53 Orang Tewas Mengenaskan di Papua Nugini, Ini Penyebab Utamanya
- VIVA.co.id/Natania Longdong
Port Moresby – 53 orang tewas dalam kekerasan suku di dataran tinggi Papua Nugini. Ini merupakan bentrokan terbaru dalam serangkaian kematian massal terkait dengan perselisihan berkepanjangan di wilayah tersebut, menurut kepolisian setempat.
Komisaris Polisi David Manning mengatakan pada Minggu, 18 Februari 2024, bahwa petugas dan tentara telah mengevakuasi 53 mayat pria.
Melansir dari NDTV, Senin, 19 Februari 2024, mereka diyakini dibunuh di dekat kota Wabag, 600 kilometer barat laut ibu kota Port Moresby.
Penyebab pasti kematian tersebut belum jelas, namun polisi mengatakan ada laporan adanya tembakan hebat di daerah tersebut.

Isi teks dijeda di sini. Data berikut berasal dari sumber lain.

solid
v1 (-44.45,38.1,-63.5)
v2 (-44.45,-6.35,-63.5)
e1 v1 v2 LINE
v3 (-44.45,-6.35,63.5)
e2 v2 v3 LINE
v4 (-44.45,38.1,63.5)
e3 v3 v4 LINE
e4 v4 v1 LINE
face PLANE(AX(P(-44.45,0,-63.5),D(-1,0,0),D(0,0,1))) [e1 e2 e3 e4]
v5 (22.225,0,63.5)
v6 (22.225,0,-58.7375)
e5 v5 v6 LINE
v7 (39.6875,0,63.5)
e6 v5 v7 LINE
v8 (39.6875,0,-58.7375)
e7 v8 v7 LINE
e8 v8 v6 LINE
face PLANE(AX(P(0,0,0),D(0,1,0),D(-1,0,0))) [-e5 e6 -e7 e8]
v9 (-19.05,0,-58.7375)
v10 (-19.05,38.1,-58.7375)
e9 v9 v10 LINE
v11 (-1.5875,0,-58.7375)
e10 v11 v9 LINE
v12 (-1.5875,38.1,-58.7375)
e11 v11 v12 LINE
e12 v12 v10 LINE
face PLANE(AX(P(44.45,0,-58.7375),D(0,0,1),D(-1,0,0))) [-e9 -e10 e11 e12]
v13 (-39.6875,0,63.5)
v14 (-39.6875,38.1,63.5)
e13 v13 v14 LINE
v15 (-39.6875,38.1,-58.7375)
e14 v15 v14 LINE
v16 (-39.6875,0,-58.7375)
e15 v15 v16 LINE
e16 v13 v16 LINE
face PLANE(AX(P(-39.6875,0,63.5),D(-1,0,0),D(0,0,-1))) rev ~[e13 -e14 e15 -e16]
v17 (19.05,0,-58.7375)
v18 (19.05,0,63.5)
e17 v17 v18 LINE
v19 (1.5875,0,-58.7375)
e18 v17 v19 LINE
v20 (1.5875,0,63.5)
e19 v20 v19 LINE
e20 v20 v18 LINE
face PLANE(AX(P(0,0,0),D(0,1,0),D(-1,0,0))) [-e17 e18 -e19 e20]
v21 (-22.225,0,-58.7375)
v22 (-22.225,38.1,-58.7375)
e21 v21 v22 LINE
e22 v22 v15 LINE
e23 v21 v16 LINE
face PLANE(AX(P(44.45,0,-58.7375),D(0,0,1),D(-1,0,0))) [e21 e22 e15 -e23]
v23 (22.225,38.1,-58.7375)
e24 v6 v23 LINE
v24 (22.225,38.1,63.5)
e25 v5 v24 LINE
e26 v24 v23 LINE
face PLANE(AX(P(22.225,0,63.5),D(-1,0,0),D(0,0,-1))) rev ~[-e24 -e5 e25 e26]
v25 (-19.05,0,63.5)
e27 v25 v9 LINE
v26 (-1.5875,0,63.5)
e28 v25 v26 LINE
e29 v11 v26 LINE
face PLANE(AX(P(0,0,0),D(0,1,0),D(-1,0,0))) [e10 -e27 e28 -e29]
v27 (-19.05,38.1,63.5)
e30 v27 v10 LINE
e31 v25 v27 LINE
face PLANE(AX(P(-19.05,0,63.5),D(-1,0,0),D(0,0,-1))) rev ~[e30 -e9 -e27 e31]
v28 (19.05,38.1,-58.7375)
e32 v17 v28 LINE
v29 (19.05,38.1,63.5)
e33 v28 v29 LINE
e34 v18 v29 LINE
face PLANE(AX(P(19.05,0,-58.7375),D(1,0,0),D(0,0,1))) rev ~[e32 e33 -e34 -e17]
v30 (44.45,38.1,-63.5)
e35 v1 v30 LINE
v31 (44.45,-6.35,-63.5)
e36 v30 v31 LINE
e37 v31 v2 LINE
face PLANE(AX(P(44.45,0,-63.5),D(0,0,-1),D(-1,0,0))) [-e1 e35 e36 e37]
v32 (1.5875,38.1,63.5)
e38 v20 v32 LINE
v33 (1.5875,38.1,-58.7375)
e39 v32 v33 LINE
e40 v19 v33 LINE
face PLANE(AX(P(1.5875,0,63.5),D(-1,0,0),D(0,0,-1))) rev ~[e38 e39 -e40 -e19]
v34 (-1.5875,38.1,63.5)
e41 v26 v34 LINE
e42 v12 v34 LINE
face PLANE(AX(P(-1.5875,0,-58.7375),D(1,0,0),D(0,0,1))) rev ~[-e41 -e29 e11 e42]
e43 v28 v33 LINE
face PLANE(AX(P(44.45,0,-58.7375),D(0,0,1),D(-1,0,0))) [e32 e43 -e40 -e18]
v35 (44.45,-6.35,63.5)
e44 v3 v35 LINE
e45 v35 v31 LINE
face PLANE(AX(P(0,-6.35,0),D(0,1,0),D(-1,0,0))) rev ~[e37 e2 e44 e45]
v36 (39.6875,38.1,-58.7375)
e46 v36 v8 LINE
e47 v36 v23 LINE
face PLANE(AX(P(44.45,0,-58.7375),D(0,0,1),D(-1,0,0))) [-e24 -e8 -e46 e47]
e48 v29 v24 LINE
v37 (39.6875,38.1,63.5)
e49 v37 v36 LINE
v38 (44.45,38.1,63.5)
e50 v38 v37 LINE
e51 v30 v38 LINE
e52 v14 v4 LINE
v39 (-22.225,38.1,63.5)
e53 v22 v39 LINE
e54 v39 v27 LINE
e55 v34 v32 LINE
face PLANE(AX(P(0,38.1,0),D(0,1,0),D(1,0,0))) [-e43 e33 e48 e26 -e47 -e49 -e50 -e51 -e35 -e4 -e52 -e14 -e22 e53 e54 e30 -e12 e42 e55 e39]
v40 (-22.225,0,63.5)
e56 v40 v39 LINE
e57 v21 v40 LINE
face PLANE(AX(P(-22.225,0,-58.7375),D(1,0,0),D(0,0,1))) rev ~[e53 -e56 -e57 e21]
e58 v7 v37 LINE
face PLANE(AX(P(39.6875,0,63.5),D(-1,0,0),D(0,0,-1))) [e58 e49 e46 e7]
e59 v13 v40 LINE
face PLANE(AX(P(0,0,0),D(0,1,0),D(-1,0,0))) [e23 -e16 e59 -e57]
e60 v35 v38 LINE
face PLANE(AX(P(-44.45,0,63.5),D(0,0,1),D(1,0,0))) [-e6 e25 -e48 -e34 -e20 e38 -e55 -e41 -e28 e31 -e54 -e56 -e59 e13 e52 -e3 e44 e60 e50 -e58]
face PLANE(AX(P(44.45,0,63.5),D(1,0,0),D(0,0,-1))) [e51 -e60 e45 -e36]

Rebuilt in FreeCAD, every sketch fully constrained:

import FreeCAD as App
import Part
import Sketcher
from FreeCAD import Vector
Q = App.Units.Quantity


def add_polygon(sketch, points):
    """Adds a closed chain of lines whose ends are joined by coincident constraints."""
    first, n = sketch.GeometryCount, len(points)
    for a, b in zip(points, points[1:] + points[:1]):
        sketch.addGeometry(Part.LineSegment(App.Vector(*a, 0), App.Vector(*b, 0)), False)
    for i in range(n):
        sketch.addConstraint(Sketcher.Constraint("Coincident", first + i, 2, first + (i + 1) % n, 1))

doc = App.newDocument("Part")
body = doc.addObject("PartDesign::Body", "Body")

sketch1 = doc.addObject("Sketcher::SketchObject", "Sketch")
body.addObject(sketch1)
sketch1.AttachmentSupport = (doc.XZ_Plane, [""])
sketch1.MapMode = "FlatFace"
add_polygon(sketch1, [(-44, -64), (-44, 64), (44, 64), (44, -64)])
sketch1.addConstraint([
    Sketcher.Constraint("Vertical", 0),
    Sketcher.Constraint("Horizontal", 1),
    Sketcher.Constraint("Vertical", 2),
    Sketcher.Constraint("Horizontal", 3),
    Sketcher.Constraint("Symmetric", 0, 2, 2, 2, -1, 1),
    Sketcher.Constraint("DistanceY", 0, 1, 0, 2, Q("5 in")),
    Sketcher.Constraint("DistanceX", 1, 1, 1, 2, Q("3.5 in")),
])
pad1 = doc.addObject("PartDesign::Pad", "Pad")
body.addObject(pad1)
pad1.Profile = sketch1
pad1.Length = Q("0.25 in")

sketch2 = doc.addObject("Sketcher::SketchObject", "Sketch001")
body.addObject(sketch2)
sketch2.AttachmentSupport = (doc.XZ_Plane, [""])
sketch2.MapMode = "FlatFace"
add_polygon(sketch2, [(-44.5, -63.5), (-44.5, -58.7), (44.5, -58.7), (44.5, -63.5)])
sketch2.addConstraint([
    Sketcher.Constraint("Vertical", 0),
    Sketcher.Constraint("Horizontal", 1),
    Sketcher.Constraint("Vertical", 2),
    Sketcher.Constraint("Horizontal", 3),
    Sketcher.Constraint("DistanceY", 0, 1, 0, 2, Q("0.1875 in")),
    Sketcher.Constraint("DistanceX", 1, 1, 1, 2, Q("3.5 in")),
    Sketcher.Constraint("DistanceY", 2, 2, -1, 1, Q("2.5 in")),
    Sketcher.Constraint("DistanceX", 0, 2, -1, 1, Q("1.75 in")),
])
pad2 = doc.addObject("PartDesign::Pad", "Pad001")
body.addObject(pad2)
pad2.Profile = sketch2
pad2.Length = Q("1.5 in")
pad2.Reversed = True

sketch3 = doc.addObject("Sketcher::SketchObject", "Sketch002")
body.addObject(sketch3)
sketch3.AttachmentSupport = (doc.XZ_Plane, [""])
sketch3.MapMode = "FlatFace"
add_polygon(sketch3, [(39.7, 63.5), (44.5, 63.5), (44.5, -63.5), (39.7, -63.5)])
add_polygon(sketch3, [(-44.5, 63.5), (-39.7, 63.5), (-39.7, -63.5), (-44.5, -63.5)])
sketch3.addConstraint([
    Sketcher.Constraint("Horizontal", 0),
    Sketcher.Constraint("Vertical", 1),
    Sketcher.Constraint("Horizontal", 2),
    Sketcher.Constraint("Vertical", 3),
    Sketcher.Constraint("Horizontal", 4),
    Sketcher.Constraint("Vertical", 5),
    Sketcher.Constraint("Horizontal", 6),
    Sketcher.Constraint("Vertical", 7),
    Sketcher.Constraint("Symmetric", 2, 2, 4, 2, -1, 1),
    Sketcher.Constraint("Symmetric", 0, 2, 6, 2, -1, 1),
    Sketcher.Constraint("Horizontal", 3, 2, 4, 2),
    Sketcher.Constraint("DistanceX", 0, 1, 0, 2, Q("0.1875 in")),
    Sketcher.Constraint("DistanceY", 1, 2, 1, 1, Q("5 in")),
    Sketcher.Constraint("DistanceX", 6, 2, 1, 2, Q("3.5 in")),
])
pad3 = doc.addObject("PartDesign::Pad", "Pad002")
body.addObject(pad3)
pad3.Profile = sketch3
pad3.Length = Q("1.5 in")
pad3.Reversed = True

sketch4 = doc.addObject("Sketcher::SketchObject", "Sketch003")
body.addObject(sketch4)
sketch4.AttachmentSupport = (doc.XZ_Plane, [""])
sketch4.MapMode = "FlatFace"
add_polygon(sketch4, [(-22.2, -58.7), (-22.2, 63.5), (-19.1, 63.5), (-19.1, -58.7)])
add_polygon(sketch4, [(-1.6, -58.7), (-1.6, 63.5), (1.6, 63.5), (1.6, -58.7)])
add_polygon(sketch4, [(19.1, -58.7), (19.1, 63.5), (22.2, 63.5), (22.2, -58.7)])
sketch4.addConstraint([
    Sketcher.Constraint("Vertical", 0),
    Sketcher.Constraint("Horizontal", 1),
    Sketcher.Constraint("Vertical", 2),
    Sketcher.Constraint("Horizontal", 3),
    Sketcher.Constraint("Vertical", 4),
    Sketcher.Constraint("Horizontal", 5),
    Sketcher.Constraint("Vertical", 6),
    Sketcher.Constraint("Horizontal", 7),
    Sketcher.Constraint("Vertical", 8),
    Sketcher.Constraint("Horizontal", 9),
    Sketcher.Constraint("Vertical", 10),
    Sketcher.Constraint("Horizontal", 11),
    Sketcher.Constraint("Symmetric", 1, 2, 8, 2, -2),
    Sketcher.Constraint("Symmetric", 3, 2, 10, 2, -2),
    Sketcher.Constraint("Horizontal", 1, 2, 4, 2),
    Sketcher.Constraint("Horizontal", 3, 2, 6, 2),
    Sketcher.Constraint("Equal", 3, 5),
    Sketcher.Constraint("DistanceX", 1, 1, 1, 2, Q("0.125 in")),
    Sketcher.Constraint("DistanceX", 1, 2, 4, 2, Q("0.6875 in")),
    Sketcher.Constraint("DistanceX", 5, 2, 8, 2, Q("0.6875 in")),
    Sketcher.Constraint("DistanceY", -1, 1, 0, 2, Q("2.5 in")),
    Sketcher.Constraint("DistanceY", 0, 1, 0, 2, Q("4.8125 in")),
])
pad4 = doc.addObject("PartDesign::Pad", "Pad003")
body.addObject(pad4)
pad4.Profile = sketch4
pad4.Length = Q("1.5 in")
pad4.Reversed = True

doc.recompute()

Peristiwa itu diduga ada kaitannya dengan konflik antara suku Sikin dan Kaekin.
Polisi juga telah menerima video dan foto grafis yang mengaku berasal dari tempat kejadian.
Mereka menunjukkan tubuh-tubuh yang ditelanjangi dan berlumuran darah tergeletak di pinggir jalan dan ditumpuk di belakang truk bak terbuka.

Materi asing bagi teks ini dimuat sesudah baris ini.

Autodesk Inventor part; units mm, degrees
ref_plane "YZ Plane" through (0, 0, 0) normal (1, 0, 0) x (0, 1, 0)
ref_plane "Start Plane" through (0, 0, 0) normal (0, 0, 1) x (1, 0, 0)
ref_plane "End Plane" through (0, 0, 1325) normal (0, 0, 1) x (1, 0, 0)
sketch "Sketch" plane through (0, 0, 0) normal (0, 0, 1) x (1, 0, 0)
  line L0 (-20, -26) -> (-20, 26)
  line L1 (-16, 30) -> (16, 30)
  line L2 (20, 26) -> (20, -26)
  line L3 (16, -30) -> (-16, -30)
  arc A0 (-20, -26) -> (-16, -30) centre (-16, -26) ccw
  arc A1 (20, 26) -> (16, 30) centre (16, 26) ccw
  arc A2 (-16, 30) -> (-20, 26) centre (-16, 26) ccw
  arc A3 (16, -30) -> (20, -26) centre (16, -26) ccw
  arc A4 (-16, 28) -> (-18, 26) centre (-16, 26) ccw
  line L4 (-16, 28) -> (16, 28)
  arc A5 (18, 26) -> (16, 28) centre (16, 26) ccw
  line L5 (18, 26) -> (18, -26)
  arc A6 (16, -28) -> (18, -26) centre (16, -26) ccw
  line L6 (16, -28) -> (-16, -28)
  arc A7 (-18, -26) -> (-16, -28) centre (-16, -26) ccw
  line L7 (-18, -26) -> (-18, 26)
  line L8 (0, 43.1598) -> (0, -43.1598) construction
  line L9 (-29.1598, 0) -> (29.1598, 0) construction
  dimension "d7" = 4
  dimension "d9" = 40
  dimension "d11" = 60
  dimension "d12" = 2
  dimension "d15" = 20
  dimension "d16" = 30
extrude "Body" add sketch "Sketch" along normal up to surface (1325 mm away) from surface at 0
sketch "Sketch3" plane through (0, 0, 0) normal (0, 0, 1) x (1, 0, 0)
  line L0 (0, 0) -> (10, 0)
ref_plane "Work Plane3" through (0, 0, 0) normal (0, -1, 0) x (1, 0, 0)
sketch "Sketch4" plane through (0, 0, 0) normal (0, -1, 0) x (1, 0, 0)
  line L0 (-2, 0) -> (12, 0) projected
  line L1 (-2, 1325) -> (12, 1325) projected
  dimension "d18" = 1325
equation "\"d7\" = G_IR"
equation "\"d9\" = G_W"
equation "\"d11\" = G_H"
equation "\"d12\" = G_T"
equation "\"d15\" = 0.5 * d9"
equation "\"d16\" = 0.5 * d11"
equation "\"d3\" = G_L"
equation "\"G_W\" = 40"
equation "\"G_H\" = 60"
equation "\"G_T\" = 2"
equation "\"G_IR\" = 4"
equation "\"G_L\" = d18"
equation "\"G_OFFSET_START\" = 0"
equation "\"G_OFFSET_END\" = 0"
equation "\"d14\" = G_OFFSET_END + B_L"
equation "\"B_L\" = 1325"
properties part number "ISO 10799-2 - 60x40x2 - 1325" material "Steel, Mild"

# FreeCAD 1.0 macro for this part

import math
import FreeCAD as App
import Part
import Sketcher

V = App.Vector
Q = App.Units.Quantity

doc = App.newDocument("Part")
body = doc.addObject("PartDesign::Body", "Body")

# Sketch on XY plane
sketch1 = body.newObject("Sketcher::SketchObject", "Sketch")
sketch1.AttachmentSupport = (doc.getObject("XY_Plane"), [""])
sketch1.MapMode = "FlatFace"
sketch1.addGeometry([
    Part.LineSegment(V(-20, 26, 0), V(-20, -26, 0)),  # 0
    Part.ArcOfCircle(Part.Circle(V(-16, -26, 0), V(0, 0, 1), 4), math.radians(180), math.radians(270)),  # 1
    Part.LineSegment(V(-16, -30, 0), V(16, -30, 0)),  # 2
    Part.ArcOfCircle(Part.Circle(V(16, -26, 0), V(0, 0, 1), 4), math.radians(-90), math.radians(0)),  # 3
    Part.LineSegment(V(20, -26, 0), V(20, 26, 0)),  # 4
    Part.ArcOfCircle(Part.Circle(V(16, 26, 0), V(0, 0, 1), 4), math.radians(0), math.radians(90)),  # 5
    Part.LineSegment(V(16, 30, 0), V(-16, 30, 0)),  # 6
    Part.ArcOfCircle(Part.Circle(V(-16, 26, 0), V(0, 0, 1), 4), math.radians(90), math.radians(180)),  # 7
    Part.ArcOfCircle(Part.Circle(V(-16, 26, 0), V(0, 0, 1), 2), math.radians(90), math.radians(180)),  # 8
    Part.LineSegment(V(-16, 28, 0), V(16, 28, 0)),  # 9
    Part.ArcOfCircle(Part.Circle(V(16, 26, 0), V(0, 0, 1), 2), math.radians(0), math.radians(90)),  # 10
    Part.LineSegment(V(18, 26, 0), V(18, -26, 0)),  # 11
    Part.ArcOfCircle(Part.Circle(V(16, -26, 0), V(0, 0, 1), 2), math.radians(-90), math.radians(0)),  # 12
    Part.LineSegment(V(16, -28, 0), V(-16, -28, 0)),  # 13
    Part.ArcOfCircle(Part.Circle(V(-16, -26, 0), V(0, 0, 1), 2), math.radians(180), math.radians(270)),  # 14
    Part.LineSegment(V(-18, -26, 0), V(-18, 26, 0)),  # 15
], False)
sketch1.addConstraint([
    Sketcher.Constraint("Tangent", 0, 2, 1, 1),
    Sketcher.Constraint("Tangent", 1, 2, 2, 1),
    Sketcher.Constraint("Tangent", 2, 2, 3, 1),
    Sketcher.Constraint("Tangent", 3, 2, 4, 1),
    Sketcher.Constraint("Tangent", 4, 2, 5, 1),
    Sketcher.Constraint("Tangent", 5, 2, 6, 1),
    Sketcher.Constraint("Tangent", 6, 2, 7, 1),
    Sketcher.Constraint("Tangent", 7, 2, 0, 1),
    Sketcher.Constraint("Tangent", 8, 1, 9, 1),
    Sketcher.Constraint("Tangent", 9, 2, 10, 2),
    Sketcher.Constraint("Tangent", 10, 1, 11, 1),
    Sketcher.Constraint("Tangent", 11, 2, 12, 2),
    Sketcher.Constraint("Tangent", 12, 1, 13, 1),
    Sketcher.Constraint("Tangent", 13, 2, 14, 2),
    Sketcher.Constraint("Tangent", 14, 1, 15, 1),
    Sketcher.Constraint("Tangent", 15, 2, 8, 2),
    Sketcher.Constraint("Vertical", 0),
    Sketcher.Constraint("Horizontal", 2),
    Sketcher.Constraint("Vertical", 4),
    Sketcher.Constraint("Horizontal", 6),
    Sketcher.Constraint("Horizontal", 9),
    Sketcher.Constraint("Vertical", 11),
    Sketcher.Constraint("Horizontal", 13),
    Sketcher.Constraint("Vertical", 15),
    Sketcher.Constraint("Coincident", 8, 3, 7, 3),
    Sketcher.Constraint("Coincident", 10, 3, 5, 3),
    Sketcher.Constraint("Coincident", 12, 3, 3, 3),
    Sketcher.Constraint("Equal", 1, 3),
    Sketcher.Constraint("Equal", 3, 5),
    Sketcher.Constraint("Equal", 5, 7),
    Sketcher.Constraint("Equal", 12, 14),
    Sketcher.Constraint("Symmetric", 1, 3, 5, 3, -1, 1),
    Sketcher.Constraint("Radius", 1, Q("4 mm")),
    Sketcher.Constraint("Radius", 8, Q("2 mm")),
    Sketcher.Constraint("DistanceX", 0, 2, -1, 1, Q("20 mm")),
    Sketcher.Constraint("DistanceY", 1, 2, -1, 1, Q("30 mm")),
])
pad1 = body.newObject("PartDesign::Pad", "Pad")
pad1.Profile = sketch1
pad1.Length = 1325

doc.recompute()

Sebagai informasi, klan-klan dataran tinggi saling berperang di Papua Nugini selama berabad-abad, namun masuknya senjata otomatis telah membuat bentrokan menjadi lebih mematikan dan meningkatkan siklus kekerasan.

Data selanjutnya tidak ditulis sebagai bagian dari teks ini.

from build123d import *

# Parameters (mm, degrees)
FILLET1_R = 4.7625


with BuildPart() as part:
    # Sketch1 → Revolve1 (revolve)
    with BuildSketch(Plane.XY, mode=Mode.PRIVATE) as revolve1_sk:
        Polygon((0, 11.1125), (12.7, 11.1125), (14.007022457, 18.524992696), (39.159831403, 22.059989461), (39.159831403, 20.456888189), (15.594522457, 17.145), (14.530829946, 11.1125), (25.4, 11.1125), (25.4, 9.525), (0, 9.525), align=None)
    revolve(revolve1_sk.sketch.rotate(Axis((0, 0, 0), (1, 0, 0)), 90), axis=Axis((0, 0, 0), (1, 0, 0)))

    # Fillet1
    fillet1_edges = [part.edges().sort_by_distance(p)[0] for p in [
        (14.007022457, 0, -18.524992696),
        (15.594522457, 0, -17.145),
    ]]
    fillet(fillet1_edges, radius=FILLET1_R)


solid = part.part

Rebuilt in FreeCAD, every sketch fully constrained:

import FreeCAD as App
import Part
import Sketcher
Q = App.Units.Quantity


def edges_at(feature, points):
    """Names of the edges that pass closest to the given points."""
    edges = feature.Shape.Edges
    near = lambda p: min(range(len(edges)), key=lambda i: edges[i].distToShape(Part.Vertex(*p))[0])
    return sorted({f"Edge{near(p) + 1}" for p in points})


def add_polygon(sketch, points):
    """Adds a closed chain of lines whose ends are joined by coincident constraints."""
    first, n = sketch.GeometryCount, len(points)
    for a, b in zip(points, points[1:] + points[:1]):
        sketch.addGeometry(Part.LineSegment(App.Vector(*a, 0), App.Vector(*b, 0)), False)
    for i in range(n):
        sketch.addConstraint(Sketcher.Constraint("Coincident", first + i, 2, first + (i + 1) % n, 1))

doc = App.newDocument("Part")
body = doc.addObject("PartDesign::Body", "Body")

# Sketch on XY plane
sketch1 = body.newObject("Sketcher::SketchObject", "Sketch")
sketch1.AttachmentSupport = (doc.getObject("XY_Plane"), [""])
sketch1.MapMode = "FlatFace"
add_polygon(sketch1, [(12.7, 11.1), (0, 11.1), (0, 9.5), (25.4, 9.5), (25.4, 11.1), (14.5, 11.1), (15.6, 17.1), (39.2, 20.5), (39.2, 22.1), (14, 18.5)])  # lines 0-9
sketch1.addConstraint([
    Sketcher.Constraint("Horizontal", 0),
    Sketcher.Constraint("Vertical", 1),
    Sketcher.Constraint("Horizontal", 2),
    Sketcher.Constraint("Vertical", 3),
    Sketcher.Constraint("Horizontal", 4),
    Sketcher.Constraint("Vertical", 7),
    Sketcher.Constraint("PointOnObject", 0, 2, -2),
    Sketcher.Constraint("Parallel", 6, 8),
    Sketcher.Constraint("Parallel", 5, 9),
    Sketcher.Constraint("Horizontal", 0, 2, 3, 2),
    Sketcher.Constraint("DistanceX", 2, 1, 2, 2, Q("1 in")),
    Sketcher.Constraint("Distance", 8, Q("1 in")),
    Sketcher.Constraint("DistanceX", 0, 2, 0, 1, Q("0.5 in")),
    Sketcher.Constraint("Angle", 5, Q("80 deg")),
    Sketcher.Constraint("Angle", 6, Q("8 deg")),
    Sketcher.Constraint("DistanceY", 2, 2, 5, 2, Q("0.3 in")),
    Sketcher.Constraint("DistanceY", 1, 2, 1, 1, Q("0.0625 in")),
    Sketcher.Constraint("DistanceY", -1, 1, 0, 2, Q("0.4375 in")),
    Sketcher.Constraint("DistanceX", 8, 2, 5, 2, Q("0.0625 in")),
    Sketcher.Constraint("DistanceY", 7, 1, 7, 2, Q("1.603101 mm")),
])
revolution = body.newObject("PartDesign::Revolution", "Revolution")
revolution.Profile = sketch1
revolution.ReferenceAxis = (sketch1, ["H_Axis"])
revolution.Angle = 360
doc.recompute()

fillet = body.newObject("PartDesign::Fillet", "Fillet")
fillet.Base = (revolution, edges_at(revolution, [(14.007, 0, -18.525), (15.595, 0, -17.145)]))
fillet.Radius = Q("0.1875 in")

doc.recompute()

Pemerintah Papua Nugini telah mencoba bebragai upaya untuk melerai konflik dengan mediasi, amnesti dan sejumlah strategi lain untuk mengendalikan kekerasan, namun tidak membuahkan hasil.
Militer juga telah mengerahkan sekitar 100 tentara ke wilayah tersebut, namun dampaknya terbatas dan pasukan keamanan masih kalah jumlah dan persenjataan.
Pembunuhan sering terjadi di komunitas terpencil, dengan anggota klan melancarkan serangan atau penyergapan sebagai balas dendam atas serangan sebelumnya.
Warga sipil, termasuk wanita hamil dan anak-anak, telah menjadi sasaran kekerasan.
Pembunuhan seringkali sangat kejam, korbannya dibacok dengan parang, dibakar, dimutilasi atau disiksa.
Polisi secara pribadi mengeluh bahwa mereka tidak mempunyai sumber daya untuk melakukan pekerjaan tersebut, karena petugas dibayar sangat rendah sehingga sebagian senjata yang sampai ke tangan anggota suku berasal dari kepolisian.
Penentang pemerintahan Perdana Menteri James Marape pada hari Senin menyerukan agar lebih banyak polisi dikerahkan dan komisaris pasukan tersebut mengundurkan diri.
Populasi Papua Nugini kini meningkat dua kali lipat sejak tahun 1980, sehingga menambah tekanan terhadap lahan dan sumber daya serta memperdalam persaingan antar suku.